WATCHING ★ YU gibt auch in diesem Semester an der Slawistik einen Einblick in das facettenreiche Kino Jugoslawiens.
Die Filme werden in Originalsprache (BKMS) mit englischen Untertiteln gezeigt.
Jeweils um 18:30 im Seminarraum 1.
16. April: Lepota poroka
Tradition trifft Versuchung: In einem abgelegenen Dorf des montenegrinischen Karsts lebt ein junges Ehepaar unter strengen Moralvorstellungen. Auf der Suche nach einem besseren Leben ziehen sie an die Adriaküste: Er arbeitet in der Saline, sie als Reinigungskraft in einem FKK-Camp. Zwischen nackter Realität und nackten Körpern gerät ihr Weltbild ins Wanken. Eine ebenso sinnliche wie provokante Studie über Begehren, Scham und kulturelle Identität, die tradierte Moralvorstellungen mit ungeschöntem Blick seziert und Fragen nach Geschlechterrollen, Freiheit und sozialer Zugehörigkeit stellt. Der Film wurde 2016 in die offizielle Liste der 100 bedeutendsten serbischen Filme aufgenommen und als Kulturerbe von großer Bedeutung unter Schutz gestellt. (1986, Regie Živko Nikolić, 105 Min.)
7. Mai: Zagrebačka škola crtanog filma
(mit einer Einführung von Nikica Gilić, Universität Zagreb)
Reduktion statt Disney: Die Zagreber Schule des Zeichentrickfilms revolutionierte in den 1960er-Jahren den Animationsfilm mit minimalistischer Grafik, schwarzem Humor und philosophischer Schärfe. Statt niedlicher Figuren und linearer Moralgeschichten entstanden hier visuell einfallsreiche, absurde, existenzialistische Miniaturen über Entfremdung, Konsum und moderne Gesellschaft. 1962 gewann Dušan Vukotić mit dem Kurzfilm Surogat den ersten Animations-Oscar außerhalb der USA – ein Meilenstein der Filmgeschichte. Eine von Nikica Gilić kuratierte Auswahl zeigt die Radikalität und die Besonderheiten dieser einzigartigen Bewegung. (ca. 90 Min.)

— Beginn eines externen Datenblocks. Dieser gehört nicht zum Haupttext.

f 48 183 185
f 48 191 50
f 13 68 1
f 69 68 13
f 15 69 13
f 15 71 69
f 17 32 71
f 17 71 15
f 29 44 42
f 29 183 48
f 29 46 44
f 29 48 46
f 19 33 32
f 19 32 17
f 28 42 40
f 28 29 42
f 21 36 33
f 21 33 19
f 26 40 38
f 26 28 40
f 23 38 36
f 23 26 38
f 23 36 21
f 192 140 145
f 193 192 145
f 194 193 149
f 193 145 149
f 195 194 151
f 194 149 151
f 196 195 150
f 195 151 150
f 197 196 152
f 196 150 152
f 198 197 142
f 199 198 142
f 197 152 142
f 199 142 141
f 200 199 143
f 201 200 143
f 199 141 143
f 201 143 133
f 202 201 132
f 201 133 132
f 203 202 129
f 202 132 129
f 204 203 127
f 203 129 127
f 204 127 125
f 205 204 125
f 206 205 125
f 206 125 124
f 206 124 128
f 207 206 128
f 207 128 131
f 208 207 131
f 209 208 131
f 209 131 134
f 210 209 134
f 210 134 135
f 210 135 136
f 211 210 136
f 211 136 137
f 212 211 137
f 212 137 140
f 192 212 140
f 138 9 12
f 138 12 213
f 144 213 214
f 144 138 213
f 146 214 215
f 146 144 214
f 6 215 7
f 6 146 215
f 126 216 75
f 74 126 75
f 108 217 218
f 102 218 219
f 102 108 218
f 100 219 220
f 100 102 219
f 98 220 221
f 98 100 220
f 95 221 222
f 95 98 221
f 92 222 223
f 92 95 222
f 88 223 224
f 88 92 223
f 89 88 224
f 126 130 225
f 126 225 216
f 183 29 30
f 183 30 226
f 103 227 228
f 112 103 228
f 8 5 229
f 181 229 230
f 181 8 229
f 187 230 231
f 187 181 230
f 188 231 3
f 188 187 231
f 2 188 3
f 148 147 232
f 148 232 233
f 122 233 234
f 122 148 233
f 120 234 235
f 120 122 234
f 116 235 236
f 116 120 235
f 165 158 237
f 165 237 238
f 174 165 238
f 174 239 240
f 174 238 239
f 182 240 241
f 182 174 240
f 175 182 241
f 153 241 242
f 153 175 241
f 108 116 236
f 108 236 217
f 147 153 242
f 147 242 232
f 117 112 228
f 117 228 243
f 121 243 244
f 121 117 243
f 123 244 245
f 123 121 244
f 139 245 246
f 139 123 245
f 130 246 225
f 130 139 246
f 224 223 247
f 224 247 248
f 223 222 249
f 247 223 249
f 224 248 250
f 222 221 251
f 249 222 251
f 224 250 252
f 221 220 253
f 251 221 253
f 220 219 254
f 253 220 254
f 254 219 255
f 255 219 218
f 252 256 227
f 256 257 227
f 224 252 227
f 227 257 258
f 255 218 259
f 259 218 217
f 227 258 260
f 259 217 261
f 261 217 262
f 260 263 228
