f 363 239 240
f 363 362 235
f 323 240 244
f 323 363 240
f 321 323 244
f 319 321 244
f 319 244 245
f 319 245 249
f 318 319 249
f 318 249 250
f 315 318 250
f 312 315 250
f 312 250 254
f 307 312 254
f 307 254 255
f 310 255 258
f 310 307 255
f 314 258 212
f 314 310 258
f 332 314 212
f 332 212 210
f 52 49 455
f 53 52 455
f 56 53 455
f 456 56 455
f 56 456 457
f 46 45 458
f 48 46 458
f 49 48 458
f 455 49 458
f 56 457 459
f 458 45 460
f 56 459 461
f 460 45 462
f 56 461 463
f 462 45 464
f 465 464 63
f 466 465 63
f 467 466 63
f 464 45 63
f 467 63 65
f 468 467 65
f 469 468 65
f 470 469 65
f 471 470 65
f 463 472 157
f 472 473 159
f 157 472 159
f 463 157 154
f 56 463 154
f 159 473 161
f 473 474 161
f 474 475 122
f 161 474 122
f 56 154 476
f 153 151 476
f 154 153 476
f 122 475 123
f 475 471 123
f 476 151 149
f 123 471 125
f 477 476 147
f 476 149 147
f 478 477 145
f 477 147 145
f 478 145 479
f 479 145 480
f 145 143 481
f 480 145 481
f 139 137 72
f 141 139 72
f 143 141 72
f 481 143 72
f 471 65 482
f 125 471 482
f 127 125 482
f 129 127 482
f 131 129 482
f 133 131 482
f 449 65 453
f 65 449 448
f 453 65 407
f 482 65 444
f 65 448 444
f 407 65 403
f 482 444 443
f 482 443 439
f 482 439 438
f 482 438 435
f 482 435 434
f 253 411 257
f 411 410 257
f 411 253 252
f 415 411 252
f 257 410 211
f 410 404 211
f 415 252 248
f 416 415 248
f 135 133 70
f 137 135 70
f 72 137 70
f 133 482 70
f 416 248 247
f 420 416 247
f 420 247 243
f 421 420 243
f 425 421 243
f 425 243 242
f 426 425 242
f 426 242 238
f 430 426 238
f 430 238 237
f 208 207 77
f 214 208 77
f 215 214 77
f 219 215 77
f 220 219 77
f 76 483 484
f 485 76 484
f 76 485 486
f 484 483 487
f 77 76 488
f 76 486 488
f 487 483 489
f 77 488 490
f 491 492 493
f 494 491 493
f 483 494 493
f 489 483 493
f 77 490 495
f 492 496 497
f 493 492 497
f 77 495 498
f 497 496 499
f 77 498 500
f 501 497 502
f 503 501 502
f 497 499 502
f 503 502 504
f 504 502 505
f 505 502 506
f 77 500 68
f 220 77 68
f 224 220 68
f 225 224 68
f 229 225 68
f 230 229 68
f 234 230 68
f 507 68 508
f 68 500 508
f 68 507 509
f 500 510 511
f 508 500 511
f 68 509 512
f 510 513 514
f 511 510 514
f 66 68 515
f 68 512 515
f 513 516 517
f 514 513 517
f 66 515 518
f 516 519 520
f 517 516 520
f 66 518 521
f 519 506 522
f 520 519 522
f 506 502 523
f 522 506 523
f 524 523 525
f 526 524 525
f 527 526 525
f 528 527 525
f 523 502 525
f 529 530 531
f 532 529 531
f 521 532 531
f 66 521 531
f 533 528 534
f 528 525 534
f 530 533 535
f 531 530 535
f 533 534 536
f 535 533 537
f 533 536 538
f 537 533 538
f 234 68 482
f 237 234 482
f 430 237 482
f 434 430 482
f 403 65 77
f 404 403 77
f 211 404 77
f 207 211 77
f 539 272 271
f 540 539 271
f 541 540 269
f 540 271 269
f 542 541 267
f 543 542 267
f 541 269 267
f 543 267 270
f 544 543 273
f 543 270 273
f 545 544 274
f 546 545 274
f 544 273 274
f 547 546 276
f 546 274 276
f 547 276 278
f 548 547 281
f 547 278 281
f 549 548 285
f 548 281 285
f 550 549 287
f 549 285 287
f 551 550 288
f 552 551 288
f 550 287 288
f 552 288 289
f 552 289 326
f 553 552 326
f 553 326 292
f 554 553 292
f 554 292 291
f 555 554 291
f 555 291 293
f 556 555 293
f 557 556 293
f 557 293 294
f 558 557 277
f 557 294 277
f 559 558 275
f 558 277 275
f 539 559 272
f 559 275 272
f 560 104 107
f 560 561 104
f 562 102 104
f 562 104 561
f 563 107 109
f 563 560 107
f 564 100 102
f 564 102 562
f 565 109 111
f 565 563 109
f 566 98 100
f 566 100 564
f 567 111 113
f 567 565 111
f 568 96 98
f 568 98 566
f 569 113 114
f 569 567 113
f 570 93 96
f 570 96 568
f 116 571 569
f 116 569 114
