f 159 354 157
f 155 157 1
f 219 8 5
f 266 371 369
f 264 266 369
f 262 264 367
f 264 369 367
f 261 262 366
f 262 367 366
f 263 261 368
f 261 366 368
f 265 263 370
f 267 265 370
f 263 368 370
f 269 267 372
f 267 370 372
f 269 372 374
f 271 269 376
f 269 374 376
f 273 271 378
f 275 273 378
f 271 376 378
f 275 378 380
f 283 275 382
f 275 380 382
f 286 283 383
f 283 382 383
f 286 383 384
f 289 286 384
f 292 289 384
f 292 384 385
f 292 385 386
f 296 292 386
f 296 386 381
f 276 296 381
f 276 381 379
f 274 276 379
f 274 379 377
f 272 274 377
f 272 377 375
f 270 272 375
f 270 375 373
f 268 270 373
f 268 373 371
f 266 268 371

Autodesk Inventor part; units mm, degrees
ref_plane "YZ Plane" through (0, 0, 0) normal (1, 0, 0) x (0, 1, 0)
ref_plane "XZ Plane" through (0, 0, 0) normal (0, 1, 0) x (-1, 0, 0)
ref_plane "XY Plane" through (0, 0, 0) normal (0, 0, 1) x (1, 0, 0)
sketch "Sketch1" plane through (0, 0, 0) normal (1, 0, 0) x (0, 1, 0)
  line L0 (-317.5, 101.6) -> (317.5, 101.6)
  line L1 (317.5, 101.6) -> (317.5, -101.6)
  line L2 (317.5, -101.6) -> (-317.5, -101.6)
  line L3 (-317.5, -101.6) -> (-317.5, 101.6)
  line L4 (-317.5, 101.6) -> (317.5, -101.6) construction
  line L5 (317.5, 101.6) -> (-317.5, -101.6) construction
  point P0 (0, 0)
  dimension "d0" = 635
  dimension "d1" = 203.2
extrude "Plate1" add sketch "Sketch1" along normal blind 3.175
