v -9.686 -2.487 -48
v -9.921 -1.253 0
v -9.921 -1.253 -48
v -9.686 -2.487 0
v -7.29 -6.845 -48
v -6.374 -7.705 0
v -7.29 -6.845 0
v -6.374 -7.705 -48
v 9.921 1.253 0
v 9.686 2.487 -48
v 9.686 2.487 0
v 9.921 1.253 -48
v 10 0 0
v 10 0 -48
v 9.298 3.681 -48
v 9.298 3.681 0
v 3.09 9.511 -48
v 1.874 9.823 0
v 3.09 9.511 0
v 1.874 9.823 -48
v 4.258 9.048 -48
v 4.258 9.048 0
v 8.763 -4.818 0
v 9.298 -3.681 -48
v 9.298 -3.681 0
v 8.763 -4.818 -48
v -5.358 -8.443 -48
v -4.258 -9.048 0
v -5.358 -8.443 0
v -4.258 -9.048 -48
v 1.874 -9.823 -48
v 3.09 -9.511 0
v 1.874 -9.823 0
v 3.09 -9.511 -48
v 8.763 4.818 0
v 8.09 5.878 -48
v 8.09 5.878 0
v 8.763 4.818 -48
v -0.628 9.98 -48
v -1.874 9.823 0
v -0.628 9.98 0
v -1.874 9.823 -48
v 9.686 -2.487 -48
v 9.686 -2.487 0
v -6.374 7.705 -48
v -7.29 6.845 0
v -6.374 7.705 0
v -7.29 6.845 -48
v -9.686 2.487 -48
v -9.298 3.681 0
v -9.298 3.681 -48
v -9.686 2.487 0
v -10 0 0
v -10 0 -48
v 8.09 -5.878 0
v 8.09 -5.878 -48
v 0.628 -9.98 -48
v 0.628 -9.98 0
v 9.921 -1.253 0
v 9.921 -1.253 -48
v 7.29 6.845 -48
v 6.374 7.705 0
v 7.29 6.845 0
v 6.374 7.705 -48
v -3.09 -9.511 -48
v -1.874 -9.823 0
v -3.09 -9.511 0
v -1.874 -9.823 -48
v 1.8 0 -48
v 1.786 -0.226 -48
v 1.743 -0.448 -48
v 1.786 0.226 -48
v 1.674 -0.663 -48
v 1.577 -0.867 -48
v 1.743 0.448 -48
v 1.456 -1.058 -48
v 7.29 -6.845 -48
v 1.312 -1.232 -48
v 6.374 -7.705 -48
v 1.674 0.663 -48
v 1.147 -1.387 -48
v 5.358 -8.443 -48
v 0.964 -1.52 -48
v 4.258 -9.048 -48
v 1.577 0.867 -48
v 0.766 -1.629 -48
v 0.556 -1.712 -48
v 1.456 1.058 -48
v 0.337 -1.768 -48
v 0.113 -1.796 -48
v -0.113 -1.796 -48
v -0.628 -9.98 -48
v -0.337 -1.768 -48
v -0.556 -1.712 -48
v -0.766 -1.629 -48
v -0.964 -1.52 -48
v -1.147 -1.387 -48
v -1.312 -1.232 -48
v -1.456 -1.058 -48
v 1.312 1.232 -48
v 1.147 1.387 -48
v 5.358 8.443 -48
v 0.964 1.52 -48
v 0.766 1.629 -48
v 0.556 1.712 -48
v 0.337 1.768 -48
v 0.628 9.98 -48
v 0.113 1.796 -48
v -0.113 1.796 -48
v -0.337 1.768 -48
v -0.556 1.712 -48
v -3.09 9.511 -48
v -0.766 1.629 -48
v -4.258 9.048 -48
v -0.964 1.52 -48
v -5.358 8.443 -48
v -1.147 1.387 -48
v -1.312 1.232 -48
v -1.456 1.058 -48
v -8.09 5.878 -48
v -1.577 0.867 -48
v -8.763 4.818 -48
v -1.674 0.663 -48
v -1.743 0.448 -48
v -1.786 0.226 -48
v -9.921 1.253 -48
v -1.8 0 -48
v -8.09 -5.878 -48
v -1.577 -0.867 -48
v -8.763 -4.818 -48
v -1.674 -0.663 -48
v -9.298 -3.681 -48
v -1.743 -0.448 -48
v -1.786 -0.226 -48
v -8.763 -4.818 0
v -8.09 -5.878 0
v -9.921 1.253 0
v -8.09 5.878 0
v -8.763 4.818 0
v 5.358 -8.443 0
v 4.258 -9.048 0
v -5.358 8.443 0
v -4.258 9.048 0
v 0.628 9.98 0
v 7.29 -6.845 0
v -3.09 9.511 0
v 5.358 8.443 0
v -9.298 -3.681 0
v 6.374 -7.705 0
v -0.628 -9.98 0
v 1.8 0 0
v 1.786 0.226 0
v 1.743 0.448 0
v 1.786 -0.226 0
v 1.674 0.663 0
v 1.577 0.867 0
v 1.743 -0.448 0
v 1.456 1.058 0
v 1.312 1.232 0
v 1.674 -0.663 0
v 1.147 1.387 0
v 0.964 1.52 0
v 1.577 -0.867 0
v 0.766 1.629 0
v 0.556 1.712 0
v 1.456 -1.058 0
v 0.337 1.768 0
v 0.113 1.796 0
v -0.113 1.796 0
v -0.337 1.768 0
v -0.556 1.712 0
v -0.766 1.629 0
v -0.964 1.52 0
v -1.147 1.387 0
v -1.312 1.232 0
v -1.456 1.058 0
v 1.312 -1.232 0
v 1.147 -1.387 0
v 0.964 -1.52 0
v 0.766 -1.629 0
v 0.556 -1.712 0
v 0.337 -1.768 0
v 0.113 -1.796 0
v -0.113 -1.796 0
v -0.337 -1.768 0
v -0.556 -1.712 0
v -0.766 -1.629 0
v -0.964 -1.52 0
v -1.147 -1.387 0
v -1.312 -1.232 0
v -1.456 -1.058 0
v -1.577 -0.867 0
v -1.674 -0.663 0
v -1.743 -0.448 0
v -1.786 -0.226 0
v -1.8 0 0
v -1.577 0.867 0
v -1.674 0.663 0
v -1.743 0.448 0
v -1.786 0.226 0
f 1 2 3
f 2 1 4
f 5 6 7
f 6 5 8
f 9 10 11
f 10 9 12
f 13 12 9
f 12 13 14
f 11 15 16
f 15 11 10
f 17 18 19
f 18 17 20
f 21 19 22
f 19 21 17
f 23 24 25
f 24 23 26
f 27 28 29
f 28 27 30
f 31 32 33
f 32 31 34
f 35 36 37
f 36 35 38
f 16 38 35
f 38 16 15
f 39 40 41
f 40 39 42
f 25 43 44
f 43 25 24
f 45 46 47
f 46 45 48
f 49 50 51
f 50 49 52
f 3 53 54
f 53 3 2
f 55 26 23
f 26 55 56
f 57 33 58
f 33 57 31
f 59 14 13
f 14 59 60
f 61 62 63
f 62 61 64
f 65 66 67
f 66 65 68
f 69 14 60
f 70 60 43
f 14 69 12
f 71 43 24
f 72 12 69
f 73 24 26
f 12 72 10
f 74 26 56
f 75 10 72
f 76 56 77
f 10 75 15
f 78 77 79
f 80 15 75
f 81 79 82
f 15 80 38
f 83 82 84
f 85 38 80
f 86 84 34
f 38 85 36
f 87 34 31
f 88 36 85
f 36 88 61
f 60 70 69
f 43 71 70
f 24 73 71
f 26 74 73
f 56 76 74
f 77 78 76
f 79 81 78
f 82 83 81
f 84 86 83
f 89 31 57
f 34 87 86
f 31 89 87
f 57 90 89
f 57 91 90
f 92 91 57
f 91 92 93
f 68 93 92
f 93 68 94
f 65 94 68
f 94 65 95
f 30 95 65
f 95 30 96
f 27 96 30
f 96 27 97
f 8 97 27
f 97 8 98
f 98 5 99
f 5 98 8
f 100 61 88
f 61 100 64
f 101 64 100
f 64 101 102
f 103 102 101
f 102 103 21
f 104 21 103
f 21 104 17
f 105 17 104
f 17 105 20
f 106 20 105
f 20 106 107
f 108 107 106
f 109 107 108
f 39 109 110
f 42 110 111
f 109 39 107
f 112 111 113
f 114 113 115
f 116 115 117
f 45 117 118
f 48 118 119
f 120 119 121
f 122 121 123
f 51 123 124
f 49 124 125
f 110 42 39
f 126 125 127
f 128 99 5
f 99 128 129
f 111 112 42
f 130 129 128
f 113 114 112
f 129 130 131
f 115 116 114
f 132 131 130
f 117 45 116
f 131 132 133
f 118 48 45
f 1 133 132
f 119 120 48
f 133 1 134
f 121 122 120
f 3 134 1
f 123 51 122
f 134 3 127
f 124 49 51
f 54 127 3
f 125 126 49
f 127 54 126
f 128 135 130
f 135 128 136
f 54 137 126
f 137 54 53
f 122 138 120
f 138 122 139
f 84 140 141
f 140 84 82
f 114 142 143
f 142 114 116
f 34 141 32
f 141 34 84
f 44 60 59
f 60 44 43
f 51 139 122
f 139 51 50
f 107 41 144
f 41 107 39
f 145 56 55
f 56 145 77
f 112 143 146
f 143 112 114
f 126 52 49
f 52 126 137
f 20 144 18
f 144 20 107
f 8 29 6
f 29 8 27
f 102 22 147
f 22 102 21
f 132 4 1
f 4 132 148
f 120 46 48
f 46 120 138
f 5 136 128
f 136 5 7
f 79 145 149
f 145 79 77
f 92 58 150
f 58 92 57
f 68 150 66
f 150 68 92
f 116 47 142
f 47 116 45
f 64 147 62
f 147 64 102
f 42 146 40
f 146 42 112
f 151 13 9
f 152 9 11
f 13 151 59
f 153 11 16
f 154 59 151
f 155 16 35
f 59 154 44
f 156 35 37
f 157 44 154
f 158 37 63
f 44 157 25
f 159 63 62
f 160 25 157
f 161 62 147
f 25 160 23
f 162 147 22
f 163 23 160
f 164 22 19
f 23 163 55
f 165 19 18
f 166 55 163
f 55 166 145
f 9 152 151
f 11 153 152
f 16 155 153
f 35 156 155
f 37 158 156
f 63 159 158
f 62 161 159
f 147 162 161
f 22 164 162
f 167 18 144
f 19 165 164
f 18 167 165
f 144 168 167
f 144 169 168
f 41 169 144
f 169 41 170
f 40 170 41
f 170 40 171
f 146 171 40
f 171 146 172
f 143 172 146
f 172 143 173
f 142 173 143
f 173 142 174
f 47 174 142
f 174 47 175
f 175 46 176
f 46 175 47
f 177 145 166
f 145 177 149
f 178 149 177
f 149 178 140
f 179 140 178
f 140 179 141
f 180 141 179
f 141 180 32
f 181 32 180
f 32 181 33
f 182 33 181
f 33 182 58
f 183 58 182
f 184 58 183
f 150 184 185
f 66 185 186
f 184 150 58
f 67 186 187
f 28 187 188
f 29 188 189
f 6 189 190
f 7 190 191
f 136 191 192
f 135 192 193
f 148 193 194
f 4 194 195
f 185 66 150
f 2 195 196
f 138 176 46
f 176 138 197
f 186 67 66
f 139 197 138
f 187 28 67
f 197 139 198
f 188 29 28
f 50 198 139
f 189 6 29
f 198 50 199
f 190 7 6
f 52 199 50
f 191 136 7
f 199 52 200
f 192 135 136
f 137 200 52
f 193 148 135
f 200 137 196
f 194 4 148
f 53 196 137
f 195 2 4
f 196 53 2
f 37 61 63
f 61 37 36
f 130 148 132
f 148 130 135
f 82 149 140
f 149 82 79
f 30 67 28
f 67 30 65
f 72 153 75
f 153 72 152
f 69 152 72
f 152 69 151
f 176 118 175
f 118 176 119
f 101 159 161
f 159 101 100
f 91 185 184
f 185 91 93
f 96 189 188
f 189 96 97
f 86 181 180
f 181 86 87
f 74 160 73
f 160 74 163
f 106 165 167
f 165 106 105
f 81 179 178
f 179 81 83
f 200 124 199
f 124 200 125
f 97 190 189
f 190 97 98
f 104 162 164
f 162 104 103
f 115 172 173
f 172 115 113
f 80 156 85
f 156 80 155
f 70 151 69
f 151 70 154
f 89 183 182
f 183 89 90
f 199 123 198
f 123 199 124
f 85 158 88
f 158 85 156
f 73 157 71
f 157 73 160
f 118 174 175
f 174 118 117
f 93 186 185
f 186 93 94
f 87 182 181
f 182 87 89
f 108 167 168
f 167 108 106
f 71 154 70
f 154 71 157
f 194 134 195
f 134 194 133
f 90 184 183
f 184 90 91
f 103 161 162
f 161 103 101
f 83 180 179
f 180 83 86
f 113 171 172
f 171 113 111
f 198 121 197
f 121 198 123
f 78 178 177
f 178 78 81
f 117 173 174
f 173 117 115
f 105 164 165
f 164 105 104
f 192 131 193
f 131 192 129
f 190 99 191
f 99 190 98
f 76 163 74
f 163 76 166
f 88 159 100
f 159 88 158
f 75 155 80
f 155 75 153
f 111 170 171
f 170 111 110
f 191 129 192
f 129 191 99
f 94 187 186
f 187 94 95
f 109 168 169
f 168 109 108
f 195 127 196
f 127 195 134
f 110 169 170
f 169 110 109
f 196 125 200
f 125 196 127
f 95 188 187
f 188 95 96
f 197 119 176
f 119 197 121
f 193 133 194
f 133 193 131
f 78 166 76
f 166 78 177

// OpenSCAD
$fn = 50;


difference() {
	union() {
		translate(v = [0, 0, -48.0000000000]) {
			cylinder(h = 48, r = 10.0000000000);
		}
		cylinder(h = 0, r = 20.0000000000);
	}
	union() {
		#translate(v = [0, 0, -48]) {
			cylinder(h = 48, r = 1.8000000000);
		}
	}
}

11. Juni: Ljubavni slučaj ili tragedija službenice PTT
Liebe, Lust und Lehrstunde: Ein Sexologe referiert über die Geschichte der Sexualität. Dann beginnt eine scheinbar banale Romanze: Die ungarischstämmige Telefonistin Izabela verliebt sich in den sanitären Kontrolleur Ahmed. Als dieser verreist, kippt die Beziehung – und eine nüchterne Polizeiuntersuchung rahmt die Geschichte fortan als Tragödie. Dušan Makavejev montiert Dokumentarisches, Ironie und Melodram zu einer Analyse von Sexualmoral, sozialistischer Moderne und männlicher Besitzlogik. Ein Schlüsselwerk der „Schwarzen Welle“, das Intimität als politisches Schlachtfeld entlarvt. (1967, Regie Dušan Makavejev, 70 Min.)